That’s the label NBA insiders give Doc Rivers after his quick move from the L.A. Clippers to the Philadelphia 76ers.
Within one week, Rivers went from L.A. to Philly, from a team a team owned by ex-Microsoft CEO Steve Ballmer to another owned by Wall Street investor Josh Harris. Harris is the co-founder of private equity firm Apollo Global Management and co-owns the Sixers and New Jersey Devils with David Blitzer under the Harris Blitzer Sports and Entertainment company.
“Chief Performance Officer,” one NBA executive said when describing Rivers’ hire. “You have CEOs whose job is to present just message. Well, a head coach is more than just message – he’s message and results.”
The NBA executive agreed to speak to CNBC on the condition of anonymity due to the sensitivity of discussing team business.
“It’s appropriate in this circumstance,” added former NBA executive Andy Dolich when told of the “CPO” label.
And now, Rivers is the Sixers’ new CPO. He’s in charge of a Sixers roster that failed to meet expectations last season, the chatter of discontent among star players and the finger-pointing that comes along with it.

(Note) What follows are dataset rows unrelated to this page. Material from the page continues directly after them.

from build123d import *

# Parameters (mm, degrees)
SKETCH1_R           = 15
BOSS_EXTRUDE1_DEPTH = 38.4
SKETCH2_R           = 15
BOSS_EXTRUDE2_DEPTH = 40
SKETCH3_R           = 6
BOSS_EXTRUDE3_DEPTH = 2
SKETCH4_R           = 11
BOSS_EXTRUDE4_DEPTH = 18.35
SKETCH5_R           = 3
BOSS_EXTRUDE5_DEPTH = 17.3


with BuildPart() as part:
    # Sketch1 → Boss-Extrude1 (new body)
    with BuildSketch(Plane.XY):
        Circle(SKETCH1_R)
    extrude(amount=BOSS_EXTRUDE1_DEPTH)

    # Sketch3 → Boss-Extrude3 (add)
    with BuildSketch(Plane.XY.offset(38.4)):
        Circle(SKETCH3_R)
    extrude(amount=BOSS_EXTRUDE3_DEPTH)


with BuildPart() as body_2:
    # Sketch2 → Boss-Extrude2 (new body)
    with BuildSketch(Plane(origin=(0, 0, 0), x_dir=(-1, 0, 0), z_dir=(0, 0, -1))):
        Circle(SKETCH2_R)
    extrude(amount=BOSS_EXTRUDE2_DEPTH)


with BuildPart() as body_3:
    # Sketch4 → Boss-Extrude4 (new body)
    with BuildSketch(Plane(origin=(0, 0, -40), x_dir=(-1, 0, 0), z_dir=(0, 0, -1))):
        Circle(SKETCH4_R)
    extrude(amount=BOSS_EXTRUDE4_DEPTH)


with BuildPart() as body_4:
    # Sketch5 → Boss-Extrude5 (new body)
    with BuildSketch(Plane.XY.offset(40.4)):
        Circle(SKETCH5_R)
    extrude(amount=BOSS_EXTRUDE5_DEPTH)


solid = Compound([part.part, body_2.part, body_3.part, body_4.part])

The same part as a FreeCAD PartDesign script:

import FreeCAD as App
import Part
import Sketcher
from FreeCAD import Vector
Q = App.Units.Quantity

doc = App.newDocument("Part")
body = doc.addObject("PartDesign::Body", "Body")

# Sketch on XY plane
sketch1 = body.newObject("Sketcher::SketchObject", "Sketch")
sketch1.AttachmentSupport = (doc.getObject("XY_Plane"), [""])
sketch1.MapMode = "FlatFace"
sketch1.addGeometry(Part.Circle(Vector(0, 0, 0), Vector(0, 0, 1), 15), False)
sketch1.addConstraint([
    Sketcher.Constraint("Coincident", 0, 3, -1, 1),
    Sketcher.Constraint("Diameter", 0, Q("30 mm")),
])
pad1 = body.newObject("PartDesign::Pad", "Pad")
pad1.Profile = sketch1
pad1.Length = 38.4

# Sketch on XY plane
sketch2 = body.newObject("Sketcher::SketchObject", "Sketch001")
sketch2.AttachmentSupport = (doc.getObject("XY_Plane"), [""])
sketch2.MapMode = "FlatFace"
sketch2.AttachmentOffset = App.Placement(Vector(0, 0, 38.4), App.Rotation())
sketch2.addGeometry(Part.Circle(Vector(0, 0, 0), Vector(0, 0, 1), 6), False)
sketch2.addConstraint([
    Sketcher.Constraint("Coincident", 0, 3, -1, 1),
    Sketcher.Constraint("Diameter", 0, Q("12 mm")),
])
pad2 = body.newObject("PartDesign::Pad", "Pad001")
pad2.Profile = sketch2
pad2.Length = 2
body2 = doc.addObject("PartDesign::Body", "Body001")

# Sketch on XY plane
sketch3 = body2.newObject("Sketcher::SketchObject", "Sketch002")
sketch3.AttachmentSupport = (doc.getObject("XY_Plane001"), [""])
sketch3.MapMode = "FlatFace"
sketch3.addGeometry(Part.Circle(Vector(0, 0, 0), Vector(0, 0, 1), 15), False)
sketch3.addConstraint([
    Sketcher.Constraint("Coincident", 0, 3, -1, 1),
    Sketcher.Constraint("Diameter", 0, Q("30 mm")),
])
pad3 = body2.newObject("PartDesign::Pad", "Pad002")
pad3.Profile = sketch3
pad3.Length = 40
pad3.Reversed = True
body3 = doc.addObject("PartDesign::Body", "Body002")

# Sketch on XY plane
sketch4 = body3.newObject("Sketcher::SketchObject", "Sketch003")
sketch4.AttachmentSupport = (doc.getObject("XY_Plane002"), [""])
sketch4.MapMode = "FlatFace"
sketch4.AttachmentOffset = App.Placement(Vector(0, 0, -40), App.Rotation())
sketch4.addGeometry(Part.Circle(Vector(0, 0, 0), Vector(0, 0, 1), 11), False)
sketch4.addConstraint([
    Sketcher.Constraint("Coincident", 0, 3, -1, 1),
    Sketcher.Constraint("Diameter", 0, Q("22 mm")),
])
pad4 = body3.newObject("PartDesign::Pad", "Pad003")
pad4.Profile = sketch4
pad4.Length = 18.35
pad4.Reversed = True
body4 = doc.addObject("PartDesign::Body", "Body003")

# Sketch on XY plane
sketch5 = body4.newObject("Sketcher::SketchObject", "Sketch004")
sketch5.AttachmentSupport = (doc.getObject("XY_Plane003"), [""])
sketch5.MapMode = "FlatFace"
sketch5.AttachmentOffset = App.Placement(Vector(0, 0, 40.4), App.Rotation())
sketch5.addGeometry(Part.Circle(Vector(0, 0, 0), Vector(0, 0, 1), 3), False)
sketch5.addConstraint([
    Sketcher.Constraint("Coincident", 0, 3, -1, 1),
    Sketcher.Constraint("Diameter", 0, Q("6 mm")),
])
pad5 = body4.newObject("PartDesign::Pad", "Pad004")
pad5.Profile = sketch5
pad5.Length = 17.3

doc.recompute()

Behind the scenes, current and former NBA executives, including the New York Knicks executive Donnie Walsh, approve of the Rivers hire.
Dolich, the former Memphis Grizzlies president of business operations, called it a “positive move” by Sixers ownership, “as long as they have the patience to deal with all the uncertainties that every NBA team is dealing with,” thanks to Covid-19.
Rivers’ new five-year contract is north of $40 million and includes incentives which trigger on team performance. If he can deliver a title for Philadelphia, the $280 million Harris and company invested in the Sixers could grow the valuation beyond its current $2 billion. But Rivers will face challenges, starting with fixing the product and making his own coaching adjustments when it matters most.
Joel Embiid #21 of the Philadelphia 76ers reacts in front of Chris Silva #30 of the Miami Heat in the third quarter at the Wells Fargo Center on November 23, 2019 in Philadelphia, Pennsylvania.
Mitchell Leff | Getty Images
After the team departed the NBA’s bubble postseason in the first round in August, the Sixers fired Brett Brown. Sixers leadership, which includes HBSE CEO Scott O’ Neil and team general manager Elton Brand, were mystified at the team’s 31-4 home record but poor performance on the road at 12-26. As CPO, Brown paid the price.
One NBA team staffer with knowledge of the Sixers’ affairs said the…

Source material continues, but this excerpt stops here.